Top of EXTRACTED ENTRIES
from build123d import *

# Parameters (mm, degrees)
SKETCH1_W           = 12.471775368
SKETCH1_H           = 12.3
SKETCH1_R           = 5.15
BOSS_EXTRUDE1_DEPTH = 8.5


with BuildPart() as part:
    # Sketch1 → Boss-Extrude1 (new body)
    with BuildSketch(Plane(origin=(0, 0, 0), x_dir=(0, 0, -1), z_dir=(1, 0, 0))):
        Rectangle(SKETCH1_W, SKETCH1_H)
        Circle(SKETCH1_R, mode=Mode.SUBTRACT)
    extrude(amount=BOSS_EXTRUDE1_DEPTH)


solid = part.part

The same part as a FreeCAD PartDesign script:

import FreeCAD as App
import Part
import Sketcher

doc = App.newDocument("Part")
body = doc.addObject("PartDesign::Body", "Body")

# Sketch on YZ plane
sketch1 = body.newObject("Sketcher::SketchObject", "Sketch")
sketch1.AttachmentSupport = (doc.getObject("YZ_Plane"), [""])
sketch1.MapMode = "FlatFace"
sketch1.addGeometry([
    Part.LineSegment(App.Vector(6, 6, 0), App.Vector(-6, 6, 0)),  # 0
    Part.LineSegment(App.Vector(-6, 6, 0), App.Vector(-6, -6, 0)),  # 1
    Part.LineSegment(App.Vector(-6, -6, 0), App.Vector(6, -6, 0)),  # 2
    Part.LineSegment(App.Vector(6, -6, 0), App.Vector(6, 6, 0)),  # 3
    Part.Circle(App.Vector(0, 0, 0), App.Vector(0, 0, 1), 5),  # 4
], False)
sketch1.addConstraint([
    Sketcher.Constraint("Coincident", 0, 2, 1, 1),
    Sketcher.Constraint("Coincident", 1, 2, 2, 1),
    Sketcher.Constraint("Coincident", 2, 2, 3, 1),
    Sketcher.Constraint("Coincident", 3, 2, 0, 1),
    Sketcher.Constraint("Horizontal", 0),
    Sketcher.Constraint("Vertical", 1),
    Sketcher.Constraint("Horizontal", 2),
    Sketcher.Constraint("Vertical", 3),
    Sketcher.Constraint("Coincident", 4, 3, -1, 1),
    Sketcher.Constraint("Symmetric", 0, 2, 2, 2, -1, 1),
    Sketcher.Constraint("Diameter", 4, 10.3),
    Sketcher.Constraint("DistanceX", 0, 2, 0, 1, 12.3),
    Sketcher.Constraint("DistanceY", 1, 2, 1, 1, 12.471775),
])
pad1 = body.newObject("PartDesign::Pad", "Pad")
pad1.Profile = sketch1
pad1.Length = 8.5

doc.recompute()
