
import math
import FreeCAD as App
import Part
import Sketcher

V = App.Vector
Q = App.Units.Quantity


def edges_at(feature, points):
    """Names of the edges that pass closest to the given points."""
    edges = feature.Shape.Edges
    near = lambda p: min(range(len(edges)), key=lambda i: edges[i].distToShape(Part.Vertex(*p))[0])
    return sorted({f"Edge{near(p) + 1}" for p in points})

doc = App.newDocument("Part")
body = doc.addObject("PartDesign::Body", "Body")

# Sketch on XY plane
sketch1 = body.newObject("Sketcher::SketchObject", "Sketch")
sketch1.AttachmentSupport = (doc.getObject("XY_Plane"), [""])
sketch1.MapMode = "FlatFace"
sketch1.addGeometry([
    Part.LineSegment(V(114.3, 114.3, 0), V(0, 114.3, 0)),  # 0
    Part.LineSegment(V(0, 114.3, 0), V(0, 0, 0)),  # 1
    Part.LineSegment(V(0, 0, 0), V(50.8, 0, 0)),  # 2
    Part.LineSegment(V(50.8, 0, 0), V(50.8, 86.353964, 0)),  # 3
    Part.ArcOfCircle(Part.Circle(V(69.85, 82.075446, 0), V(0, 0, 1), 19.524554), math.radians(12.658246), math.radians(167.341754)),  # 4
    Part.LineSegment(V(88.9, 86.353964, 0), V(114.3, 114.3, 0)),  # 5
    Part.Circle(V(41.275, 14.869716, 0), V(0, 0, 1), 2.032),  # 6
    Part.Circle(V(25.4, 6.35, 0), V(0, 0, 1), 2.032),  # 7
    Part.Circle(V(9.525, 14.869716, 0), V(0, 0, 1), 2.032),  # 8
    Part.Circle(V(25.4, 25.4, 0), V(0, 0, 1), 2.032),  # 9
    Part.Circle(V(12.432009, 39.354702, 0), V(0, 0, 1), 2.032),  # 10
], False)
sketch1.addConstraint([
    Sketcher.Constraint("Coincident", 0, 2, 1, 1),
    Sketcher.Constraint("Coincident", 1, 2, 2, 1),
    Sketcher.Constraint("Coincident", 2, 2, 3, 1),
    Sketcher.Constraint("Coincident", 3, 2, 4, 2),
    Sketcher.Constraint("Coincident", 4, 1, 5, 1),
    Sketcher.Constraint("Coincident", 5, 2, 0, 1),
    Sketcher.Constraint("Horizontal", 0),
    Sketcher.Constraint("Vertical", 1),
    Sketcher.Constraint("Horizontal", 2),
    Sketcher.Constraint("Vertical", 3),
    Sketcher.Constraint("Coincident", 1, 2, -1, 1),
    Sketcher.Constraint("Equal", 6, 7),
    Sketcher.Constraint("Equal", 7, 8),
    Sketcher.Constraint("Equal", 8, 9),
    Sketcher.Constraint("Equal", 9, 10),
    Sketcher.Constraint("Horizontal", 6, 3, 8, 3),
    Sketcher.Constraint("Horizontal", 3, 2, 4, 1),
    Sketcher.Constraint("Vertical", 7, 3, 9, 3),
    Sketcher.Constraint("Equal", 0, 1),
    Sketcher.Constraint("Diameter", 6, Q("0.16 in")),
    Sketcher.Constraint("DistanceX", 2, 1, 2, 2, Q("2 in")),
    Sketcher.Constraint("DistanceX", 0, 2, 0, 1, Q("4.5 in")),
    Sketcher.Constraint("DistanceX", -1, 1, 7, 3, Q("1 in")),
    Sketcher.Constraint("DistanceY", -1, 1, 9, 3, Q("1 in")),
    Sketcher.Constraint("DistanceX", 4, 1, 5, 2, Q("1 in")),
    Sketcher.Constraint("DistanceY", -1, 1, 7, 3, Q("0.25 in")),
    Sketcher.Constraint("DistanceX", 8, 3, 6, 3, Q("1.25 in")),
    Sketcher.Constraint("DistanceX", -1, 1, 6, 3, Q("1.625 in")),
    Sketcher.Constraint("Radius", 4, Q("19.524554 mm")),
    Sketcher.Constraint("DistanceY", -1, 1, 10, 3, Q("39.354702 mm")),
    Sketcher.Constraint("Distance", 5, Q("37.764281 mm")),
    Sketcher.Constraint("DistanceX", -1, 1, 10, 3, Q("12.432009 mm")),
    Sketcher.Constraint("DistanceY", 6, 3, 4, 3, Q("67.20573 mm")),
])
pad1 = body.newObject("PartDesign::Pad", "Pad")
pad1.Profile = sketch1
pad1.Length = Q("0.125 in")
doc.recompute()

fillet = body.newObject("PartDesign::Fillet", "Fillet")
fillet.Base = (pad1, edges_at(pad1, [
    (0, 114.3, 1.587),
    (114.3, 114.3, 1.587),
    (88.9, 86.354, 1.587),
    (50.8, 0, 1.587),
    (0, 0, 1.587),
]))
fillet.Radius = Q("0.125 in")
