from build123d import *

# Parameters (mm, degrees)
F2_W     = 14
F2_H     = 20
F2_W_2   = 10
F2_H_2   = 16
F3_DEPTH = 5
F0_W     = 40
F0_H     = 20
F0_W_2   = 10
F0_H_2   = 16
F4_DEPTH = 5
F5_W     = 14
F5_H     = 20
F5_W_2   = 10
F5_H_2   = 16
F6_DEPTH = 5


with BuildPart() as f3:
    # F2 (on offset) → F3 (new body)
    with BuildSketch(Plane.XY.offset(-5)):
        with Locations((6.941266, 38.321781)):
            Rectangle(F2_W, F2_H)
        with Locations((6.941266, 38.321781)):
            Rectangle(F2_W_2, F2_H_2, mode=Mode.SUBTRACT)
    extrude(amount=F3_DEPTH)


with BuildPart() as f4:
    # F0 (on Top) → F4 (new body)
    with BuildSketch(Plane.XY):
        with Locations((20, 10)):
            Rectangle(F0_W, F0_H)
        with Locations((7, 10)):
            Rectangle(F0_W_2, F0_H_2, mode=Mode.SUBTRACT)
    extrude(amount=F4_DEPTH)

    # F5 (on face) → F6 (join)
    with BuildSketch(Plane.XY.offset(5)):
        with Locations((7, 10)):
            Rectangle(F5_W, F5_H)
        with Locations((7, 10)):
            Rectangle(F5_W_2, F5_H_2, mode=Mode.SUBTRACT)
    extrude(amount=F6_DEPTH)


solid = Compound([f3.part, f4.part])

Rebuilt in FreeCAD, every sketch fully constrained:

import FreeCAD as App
import Part
import Sketcher

V = App.Vector


def add_polygon(sketch, points):
    """Adds a closed chain of lines whose ends are joined by coincident constraints."""
    first, n = sketch.GeometryCount, len(points)
    for a, b in zip(points, points[1:] + points[:1]):
        sketch.addGeometry(Part.LineSegment(App.Vector(*a, 0), App.Vector(*b, 0)), False)
    for i in range(n):
        sketch.addConstraint(Sketcher.Constraint("Coincident", first + i, 2, first + (i + 1) % n, 1))

doc = App.newDocument("Part")
body = doc.addObject("PartDesign::Body", "Body")

sketch1 = body.newObject("Sketcher::SketchObject", "Sketch")
sketch1.AttachmentSupport = (doc.getObject("XY_Plane"), [""])
sketch1.MapMode = "FlatFace"
sketch1.AttachmentOffset = App.Placement(V(0, 0, -5), App.Rotation())
add_polygon(sketch1, [(-0.058734, 48.321781), (-0.058734, 28.321781), (13.941266, 28.321781), (13.941266, 48.321781)])
add_polygon(sketch1, [(11.941266, 30.321781), (1.941266, 30.321781), (1.941266, 46.321781), (11.941266, 46.321781)])
sketch1.addConstraint([
    Sketcher.Constraint("Vertical", 0),
    Sketcher.Constraint("Horizontal", 1),
    Sketcher.Constraint("Vertical", 2),
    Sketcher.Constraint("Horizontal", 3),
    Sketcher.Constraint("Horizontal", 4),
    Sketcher.Constraint("Vertical", 5),
    Sketcher.Constraint("Horizontal", 6),
    Sketcher.Constraint("Vertical", 7),
    Sketcher.Constraint("DistanceX", 1, 1, 1, 2, 14.0),
    Sketcher.Constraint("DistanceX", 4, 2, 4, 1, 10.0),
    Sketcher.Constraint("DistanceY", 0, 2, 0, 1, 20.0),
    Sketcher.Constraint("DistanceY", 5, 1, 5, 2, 16.0),
    Sketcher.Constraint("DistanceX", 0, 2, 4, 2, 2.0),
    Sketcher.Constraint("DistanceY", 0, 2, 4, 2, 2.0),
    Sketcher.Constraint("DistanceY", -1, 1, 0, 2, 28.321781),
    Sketcher.Constraint("DistanceX", 0, 2, -1, 1, 0.058734),
])
pad1 = body.newObject("PartDesign::Pad", "Pad")
pad1.Profile = sketch1
pad1.Length = 5
body2 = doc.addObject("PartDesign::Body", "Body001")

sketch2 = body2.newObject("Sketcher::SketchObject", "Sketch001")
sketch2.AttachmentSupport = (doc.getObject("XY_Plane001"), [""])
sketch2.MapMode = "FlatFace"
add_polygon(sketch2, [(0, 20), (0, 0), (40, 0), (40, 20)])
add_polygon(sketch2, [(12, 2), (2, 2), (2, 18), (12, 18)])
sketch2.addConstraint([
    Sketcher.Constraint("Vertical", 0),
    Sketcher.Constraint("Horizontal", 1),
    Sketcher.Constraint("Vertical", 2),
    Sketcher.Constraint("Horizontal", 3),
    Sketcher.Constraint("Horizontal", 4),
    Sketcher.Constraint("Vertical", 5),
    Sketcher.Constraint("Horizontal", 6),
    Sketcher.Constraint("Vertical", 7),
    Sketcher.Constraint("Coincident", 0, 2, -1, 1),
    Sketcher.Constraint("DistanceX", 1, 1, 1, 2, 40.0),
    Sketcher.Constraint("DistanceX", 4, 2, 4, 1, 10.0),
    Sketcher.Constraint("DistanceY", 0, 2, 0, 1, 20.0),
    Sketcher.Constraint("DistanceY", 5, 1, 5, 2, 16.0),
    Sketcher.Constraint("DistanceX", -1, 1, 4, 2, 2.0),
    Sketcher.Constraint("DistanceY", -1, 1, 4, 2, 2.0),
])
pad2 = body2.newObject("PartDesign::Pad", "Pad001")
pad2.Profile = sketch2
pad2.Length = 5

sketch3 = body2.newObject("Sketcher::SketchObject", "Sketch002")
sketch3.AttachmentSupport = (doc.getObject("XY_Plane001"), [""])
sketch3.MapMode = "FlatFace"
sketch3.AttachmentOffset = App.Placement(V(0, 0, 5), App.Rotation())
add_polygon(sketch3, [(0, 20), (0, 0), (14, 0), (14, 20)])
add_polygon(sketch3, [(12, 2), (2, 2), (2, 18), (12, 18)])
sketch3.addConstraint([
    Sketcher.Constraint("Vertical", 0),
    Sketcher.Constraint("Horizontal", 1),
    Sketcher.Constraint("Vertical", 2),
    Sketcher.Constraint("Horizontal", 3),
    Sketcher.Constraint("Horizontal", 4),
    Sketcher.Constraint("Vertical", 5),
    Sketcher.Constraint("Horizontal", 6),
    Sketcher.Constraint("Vertical", 7),
    Sketcher.Constraint("Coincident", 0, 2, -1, 1),
    Sketcher.Constraint("DistanceX", 1, 1, 1, 2, 14.0),
    Sketcher.Constraint("DistanceX", 4, 2, 4, 1, 10.0),
    Sketcher.Constraint("DistanceY", 0, 2, 0, 1, 20.0),
    Sketcher.Constraint("DistanceY", 5, 1, 5, 2, 16.0),
    Sketcher.Constraint("DistanceX", -1, 1, 4, 2, 2.0),
    Sketcher.Constraint("DistanceY", -1, 1, 4, 2, 2.0),
])
pad3 = body2.newObject("PartDesign::Pad", "Pad002")
pad3.Profile = sketch3
pad3.Length = 5

doc.recompute()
Bottom of EXTRACTED ENTRIES
▶ **WORK INSTRUCTIONS**: Could you retype exactly the lines above, starting at the line that contains "Rectangle(F2_W, F2_H)" and ending at the line that contains "Rebuilt in FreeCAD, every", and nothing more?

▶ **SOLUTION FOR THIS TASK**:
            Rectangle(F2_W, F2_H)
        with Locations((6.941266, 38.321781)):
            Rectangle(F2_W_2, F2_H_2, mode=Mode.SUBTRACT)
    extrude(amount=F3_DEPTH)


with BuildPart() as f4:
    # F0 (on Top) → F4 (new body)
    with BuildSketch(Plane.XY):
        with Locations((20, 10)):
            Rectangle(F0_W, F0_H)
        with Locations((7, 10)):
            Rectangle(F0_W_2, F0_H_2, mode=Mode.SUBTRACT)
    extrude(amount=F4_DEPTH)

    # F5 (on face) → F6 (join)
    with BuildSketch(Plane.XY.offset(5)):
        with Locations((7, 10)):
            Rectangle(F5_W, F5_H)
        with Locations((7, 10)):
            Rectangle(F5_W_2, F5_H_2, mode=Mode.SUBTRACT)
    extrude(amount=F6_DEPTH)


solid = Compound([f3.part, f4.part])

Rebuilt in FreeCAD, every sketch fully constrained:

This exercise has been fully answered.